What you have to do: Every line from the one containing "f 162 172 171" to the one containing "f 53 50 140" in the records below, both included, must be set down exactly, and no other line.

Recorded data:
-*-

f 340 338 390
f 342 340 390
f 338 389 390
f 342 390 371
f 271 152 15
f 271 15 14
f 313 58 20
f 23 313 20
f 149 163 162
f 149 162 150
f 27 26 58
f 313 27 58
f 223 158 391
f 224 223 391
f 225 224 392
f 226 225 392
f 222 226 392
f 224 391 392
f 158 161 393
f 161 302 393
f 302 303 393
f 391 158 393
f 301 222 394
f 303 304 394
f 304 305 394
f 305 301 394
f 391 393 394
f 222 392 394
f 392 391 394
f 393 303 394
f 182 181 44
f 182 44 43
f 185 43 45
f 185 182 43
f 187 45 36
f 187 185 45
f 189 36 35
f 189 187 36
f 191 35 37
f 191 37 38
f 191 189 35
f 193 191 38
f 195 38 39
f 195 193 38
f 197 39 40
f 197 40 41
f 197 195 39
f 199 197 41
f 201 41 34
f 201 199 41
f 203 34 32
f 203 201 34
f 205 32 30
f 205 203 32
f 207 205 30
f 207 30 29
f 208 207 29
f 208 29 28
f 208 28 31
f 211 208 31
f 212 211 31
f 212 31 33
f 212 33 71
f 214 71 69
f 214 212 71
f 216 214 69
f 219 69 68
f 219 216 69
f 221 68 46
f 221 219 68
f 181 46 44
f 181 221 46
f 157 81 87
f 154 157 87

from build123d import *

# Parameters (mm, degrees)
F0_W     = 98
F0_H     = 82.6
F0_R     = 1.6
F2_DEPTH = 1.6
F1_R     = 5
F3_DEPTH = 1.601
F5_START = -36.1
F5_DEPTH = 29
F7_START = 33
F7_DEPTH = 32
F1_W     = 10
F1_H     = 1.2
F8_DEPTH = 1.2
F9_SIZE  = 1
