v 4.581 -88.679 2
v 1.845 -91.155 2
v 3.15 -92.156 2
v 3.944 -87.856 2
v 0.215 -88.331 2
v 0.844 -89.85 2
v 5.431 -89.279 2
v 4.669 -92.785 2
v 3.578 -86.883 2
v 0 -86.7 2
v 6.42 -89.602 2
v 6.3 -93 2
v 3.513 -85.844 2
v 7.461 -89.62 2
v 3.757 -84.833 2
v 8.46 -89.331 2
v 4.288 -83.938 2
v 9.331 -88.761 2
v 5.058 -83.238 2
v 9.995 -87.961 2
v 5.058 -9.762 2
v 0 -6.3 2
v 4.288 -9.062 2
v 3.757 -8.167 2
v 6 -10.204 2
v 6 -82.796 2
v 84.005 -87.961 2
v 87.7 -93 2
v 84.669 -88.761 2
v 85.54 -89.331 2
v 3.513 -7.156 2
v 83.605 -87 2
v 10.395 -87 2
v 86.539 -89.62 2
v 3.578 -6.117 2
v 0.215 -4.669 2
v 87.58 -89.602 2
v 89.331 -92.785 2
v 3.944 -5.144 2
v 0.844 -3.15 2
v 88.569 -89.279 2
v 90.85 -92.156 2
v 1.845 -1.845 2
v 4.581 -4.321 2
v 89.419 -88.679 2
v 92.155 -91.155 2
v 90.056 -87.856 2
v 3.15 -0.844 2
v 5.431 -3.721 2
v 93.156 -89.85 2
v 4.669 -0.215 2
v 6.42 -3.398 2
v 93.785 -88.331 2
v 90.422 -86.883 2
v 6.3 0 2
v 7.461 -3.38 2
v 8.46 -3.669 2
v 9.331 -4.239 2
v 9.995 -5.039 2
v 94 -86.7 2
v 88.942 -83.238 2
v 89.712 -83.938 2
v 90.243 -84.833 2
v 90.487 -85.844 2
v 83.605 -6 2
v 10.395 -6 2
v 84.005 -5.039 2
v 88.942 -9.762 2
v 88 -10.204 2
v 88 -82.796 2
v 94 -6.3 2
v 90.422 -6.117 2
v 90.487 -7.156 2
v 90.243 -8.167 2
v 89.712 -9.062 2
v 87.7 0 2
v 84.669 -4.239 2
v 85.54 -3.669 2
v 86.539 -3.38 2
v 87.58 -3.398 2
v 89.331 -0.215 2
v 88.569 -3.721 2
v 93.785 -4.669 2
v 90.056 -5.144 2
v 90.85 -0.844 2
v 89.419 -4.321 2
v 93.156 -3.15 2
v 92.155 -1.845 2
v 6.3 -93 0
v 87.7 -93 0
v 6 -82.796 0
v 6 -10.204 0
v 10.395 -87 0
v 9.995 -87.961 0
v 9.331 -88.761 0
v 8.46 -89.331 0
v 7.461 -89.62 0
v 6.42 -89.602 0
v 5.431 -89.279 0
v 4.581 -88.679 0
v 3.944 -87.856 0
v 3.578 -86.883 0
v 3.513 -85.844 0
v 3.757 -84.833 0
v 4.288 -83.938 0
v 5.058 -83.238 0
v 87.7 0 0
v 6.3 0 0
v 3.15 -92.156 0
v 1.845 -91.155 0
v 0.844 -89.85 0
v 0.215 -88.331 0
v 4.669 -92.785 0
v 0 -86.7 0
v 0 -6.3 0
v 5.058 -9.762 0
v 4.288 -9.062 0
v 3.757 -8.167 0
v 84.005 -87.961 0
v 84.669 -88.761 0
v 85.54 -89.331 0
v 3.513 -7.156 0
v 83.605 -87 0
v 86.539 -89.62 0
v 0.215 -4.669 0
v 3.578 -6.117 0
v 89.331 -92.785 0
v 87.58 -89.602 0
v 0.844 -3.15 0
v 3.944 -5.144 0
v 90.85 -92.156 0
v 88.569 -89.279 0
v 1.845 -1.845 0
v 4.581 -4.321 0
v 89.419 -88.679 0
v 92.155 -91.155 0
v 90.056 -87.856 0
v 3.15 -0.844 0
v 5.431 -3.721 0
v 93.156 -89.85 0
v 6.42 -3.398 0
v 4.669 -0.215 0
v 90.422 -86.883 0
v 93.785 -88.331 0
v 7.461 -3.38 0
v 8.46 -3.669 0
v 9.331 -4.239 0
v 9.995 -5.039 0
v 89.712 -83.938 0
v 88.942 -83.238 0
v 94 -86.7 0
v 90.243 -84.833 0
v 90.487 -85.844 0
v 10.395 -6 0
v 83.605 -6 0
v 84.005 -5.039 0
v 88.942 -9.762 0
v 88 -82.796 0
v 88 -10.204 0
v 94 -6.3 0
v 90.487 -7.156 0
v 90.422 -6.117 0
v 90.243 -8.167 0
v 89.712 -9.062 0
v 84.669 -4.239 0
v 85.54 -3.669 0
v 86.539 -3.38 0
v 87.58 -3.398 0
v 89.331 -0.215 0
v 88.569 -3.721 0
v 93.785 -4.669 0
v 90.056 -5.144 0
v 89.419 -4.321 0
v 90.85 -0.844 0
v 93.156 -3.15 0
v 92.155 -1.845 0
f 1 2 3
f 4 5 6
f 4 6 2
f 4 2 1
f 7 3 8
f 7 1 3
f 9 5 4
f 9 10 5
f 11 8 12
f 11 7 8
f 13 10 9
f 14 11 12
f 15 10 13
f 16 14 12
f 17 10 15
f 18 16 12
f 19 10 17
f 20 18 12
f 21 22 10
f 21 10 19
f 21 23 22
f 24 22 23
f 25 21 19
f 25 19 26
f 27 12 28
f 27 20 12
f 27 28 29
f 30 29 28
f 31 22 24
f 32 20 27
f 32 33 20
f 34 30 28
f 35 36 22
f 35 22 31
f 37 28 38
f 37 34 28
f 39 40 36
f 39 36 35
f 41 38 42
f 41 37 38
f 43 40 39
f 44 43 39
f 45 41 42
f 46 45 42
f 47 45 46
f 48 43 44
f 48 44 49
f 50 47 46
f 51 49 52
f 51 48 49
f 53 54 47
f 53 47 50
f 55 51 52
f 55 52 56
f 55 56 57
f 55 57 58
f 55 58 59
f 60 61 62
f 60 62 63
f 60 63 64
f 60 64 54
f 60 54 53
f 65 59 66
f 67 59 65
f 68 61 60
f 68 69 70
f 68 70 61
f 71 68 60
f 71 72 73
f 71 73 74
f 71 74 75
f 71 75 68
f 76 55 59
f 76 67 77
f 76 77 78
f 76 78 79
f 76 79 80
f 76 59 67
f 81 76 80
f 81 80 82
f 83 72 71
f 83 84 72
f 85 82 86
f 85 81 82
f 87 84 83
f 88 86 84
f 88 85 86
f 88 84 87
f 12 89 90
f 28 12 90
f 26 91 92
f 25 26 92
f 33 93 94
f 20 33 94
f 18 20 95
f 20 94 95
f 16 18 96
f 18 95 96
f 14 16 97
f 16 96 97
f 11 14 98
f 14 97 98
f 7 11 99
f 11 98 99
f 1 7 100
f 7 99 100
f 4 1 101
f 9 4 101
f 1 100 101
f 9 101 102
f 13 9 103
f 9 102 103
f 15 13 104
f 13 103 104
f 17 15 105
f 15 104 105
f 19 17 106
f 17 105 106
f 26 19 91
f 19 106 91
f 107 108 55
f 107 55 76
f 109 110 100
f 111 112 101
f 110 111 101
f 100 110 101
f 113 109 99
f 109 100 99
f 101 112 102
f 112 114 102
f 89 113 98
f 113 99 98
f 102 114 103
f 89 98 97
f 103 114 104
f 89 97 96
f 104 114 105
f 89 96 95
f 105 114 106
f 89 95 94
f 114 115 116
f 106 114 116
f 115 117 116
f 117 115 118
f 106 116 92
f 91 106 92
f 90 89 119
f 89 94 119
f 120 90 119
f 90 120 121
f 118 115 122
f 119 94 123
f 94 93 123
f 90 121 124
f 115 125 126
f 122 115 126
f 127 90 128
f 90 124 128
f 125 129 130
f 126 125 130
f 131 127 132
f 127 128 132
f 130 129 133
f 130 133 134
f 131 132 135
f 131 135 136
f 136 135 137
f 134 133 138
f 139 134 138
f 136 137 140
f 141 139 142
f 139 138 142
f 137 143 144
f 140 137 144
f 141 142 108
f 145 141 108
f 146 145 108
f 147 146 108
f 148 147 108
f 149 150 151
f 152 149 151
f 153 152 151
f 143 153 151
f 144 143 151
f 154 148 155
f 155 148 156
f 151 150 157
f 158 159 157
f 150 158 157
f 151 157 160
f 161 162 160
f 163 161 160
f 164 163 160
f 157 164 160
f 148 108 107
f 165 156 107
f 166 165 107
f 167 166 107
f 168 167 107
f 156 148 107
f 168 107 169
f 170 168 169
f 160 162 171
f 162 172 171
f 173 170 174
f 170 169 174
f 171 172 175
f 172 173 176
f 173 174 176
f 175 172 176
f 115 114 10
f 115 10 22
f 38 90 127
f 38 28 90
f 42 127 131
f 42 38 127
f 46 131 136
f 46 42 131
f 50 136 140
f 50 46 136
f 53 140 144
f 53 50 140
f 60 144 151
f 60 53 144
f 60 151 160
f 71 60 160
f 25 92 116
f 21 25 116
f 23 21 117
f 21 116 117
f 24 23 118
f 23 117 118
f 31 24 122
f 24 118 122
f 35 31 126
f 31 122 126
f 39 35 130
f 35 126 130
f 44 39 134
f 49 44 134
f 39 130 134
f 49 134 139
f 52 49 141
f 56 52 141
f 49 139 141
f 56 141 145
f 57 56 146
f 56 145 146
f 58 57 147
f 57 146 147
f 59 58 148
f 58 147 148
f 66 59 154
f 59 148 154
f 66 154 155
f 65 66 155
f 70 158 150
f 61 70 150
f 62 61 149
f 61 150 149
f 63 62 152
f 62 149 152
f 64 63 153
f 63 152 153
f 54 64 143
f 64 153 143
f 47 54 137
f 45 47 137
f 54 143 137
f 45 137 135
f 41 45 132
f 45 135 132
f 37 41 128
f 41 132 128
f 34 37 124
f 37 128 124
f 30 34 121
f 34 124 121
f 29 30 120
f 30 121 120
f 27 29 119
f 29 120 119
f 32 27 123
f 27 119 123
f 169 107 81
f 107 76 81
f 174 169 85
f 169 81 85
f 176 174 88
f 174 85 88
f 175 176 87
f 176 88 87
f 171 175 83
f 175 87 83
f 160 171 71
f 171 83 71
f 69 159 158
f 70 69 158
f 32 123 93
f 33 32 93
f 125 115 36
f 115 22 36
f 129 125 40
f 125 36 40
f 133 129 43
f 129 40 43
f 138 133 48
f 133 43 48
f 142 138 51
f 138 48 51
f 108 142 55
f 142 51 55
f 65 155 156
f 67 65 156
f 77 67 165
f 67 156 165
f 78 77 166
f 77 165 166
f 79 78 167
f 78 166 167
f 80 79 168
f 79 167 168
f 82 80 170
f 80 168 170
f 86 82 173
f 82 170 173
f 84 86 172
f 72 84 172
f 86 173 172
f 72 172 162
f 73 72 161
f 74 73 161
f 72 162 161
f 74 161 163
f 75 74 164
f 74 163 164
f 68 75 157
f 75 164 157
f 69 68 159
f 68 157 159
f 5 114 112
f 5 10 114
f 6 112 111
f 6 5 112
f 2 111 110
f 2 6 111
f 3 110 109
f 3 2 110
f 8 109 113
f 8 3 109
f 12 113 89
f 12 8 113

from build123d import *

# Parameters (mm, degrees)
ESQUISSE1_W      = 94
ESQUISSE1_H      = 93
EXTRUSION1_DEPTH = 2
CONG_1_R         = 6.3


with BuildPart() as part:
    # Esquisse1 → Extrusion1 (new body)
    with BuildSketch(Plane.XY):
        with Locations((47, -46.5)):
            Rectangle(ESQUISSE1_W, ESQUISSE1_H)
        with BuildLine():
            Line((88, -10.204101966), (88, -82.795898034))
            ThreePointArc((88, -82.795898034), (89.419273594, -88.67925192), (83.604782776, -87))
            Line((83.604782776, -87), (10.395217224, -87))
            ThreePointArc((10.395217224, -87), (4.580726406, -88.67925192), (6, -82.795898034))
            Line((6, -82.795898034), (6, -10.204101966))
            ThreePointArc((6, -10.204101966), (4.580726406, -4.32074808), (10.395217224, -6))
            Line((10.395217224, -6), (83.604782776, -6))
            ThreePointArc((83.604782776, -6), (89.419273594, -4.32074808), (88, -10.204101966))
        make_face(mode=Mode.SUBTRACT)
    extrude(amount=EXTRUSION1_DEPTH)

    # Congé1
    cong_1_edges = [part.edges().sort_by_distance(p)[0] for p in [
        (0, -93, 1),
        (0, 0, 1),
        (94, 0, 1),
        (94, -93, 1),
    ]]
    fillet(cong_1_edges, radius=CONG_1_R)


solid = part.part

-*-

Task solution:
f 162 172 171
f 173 170 174
f 170 169 174
f 171 172 175
f 172 173 176
f 173 174 176
f 175 172 176
f 115 114 10
f 115 10 22
f 38 90 127
f 38 28 90
f 42 127 131
f 42 38 127
f 46 131 136
f 46 42 131
f 50 136 140
f 50 46 136
f 53 140 144
f 53 50 140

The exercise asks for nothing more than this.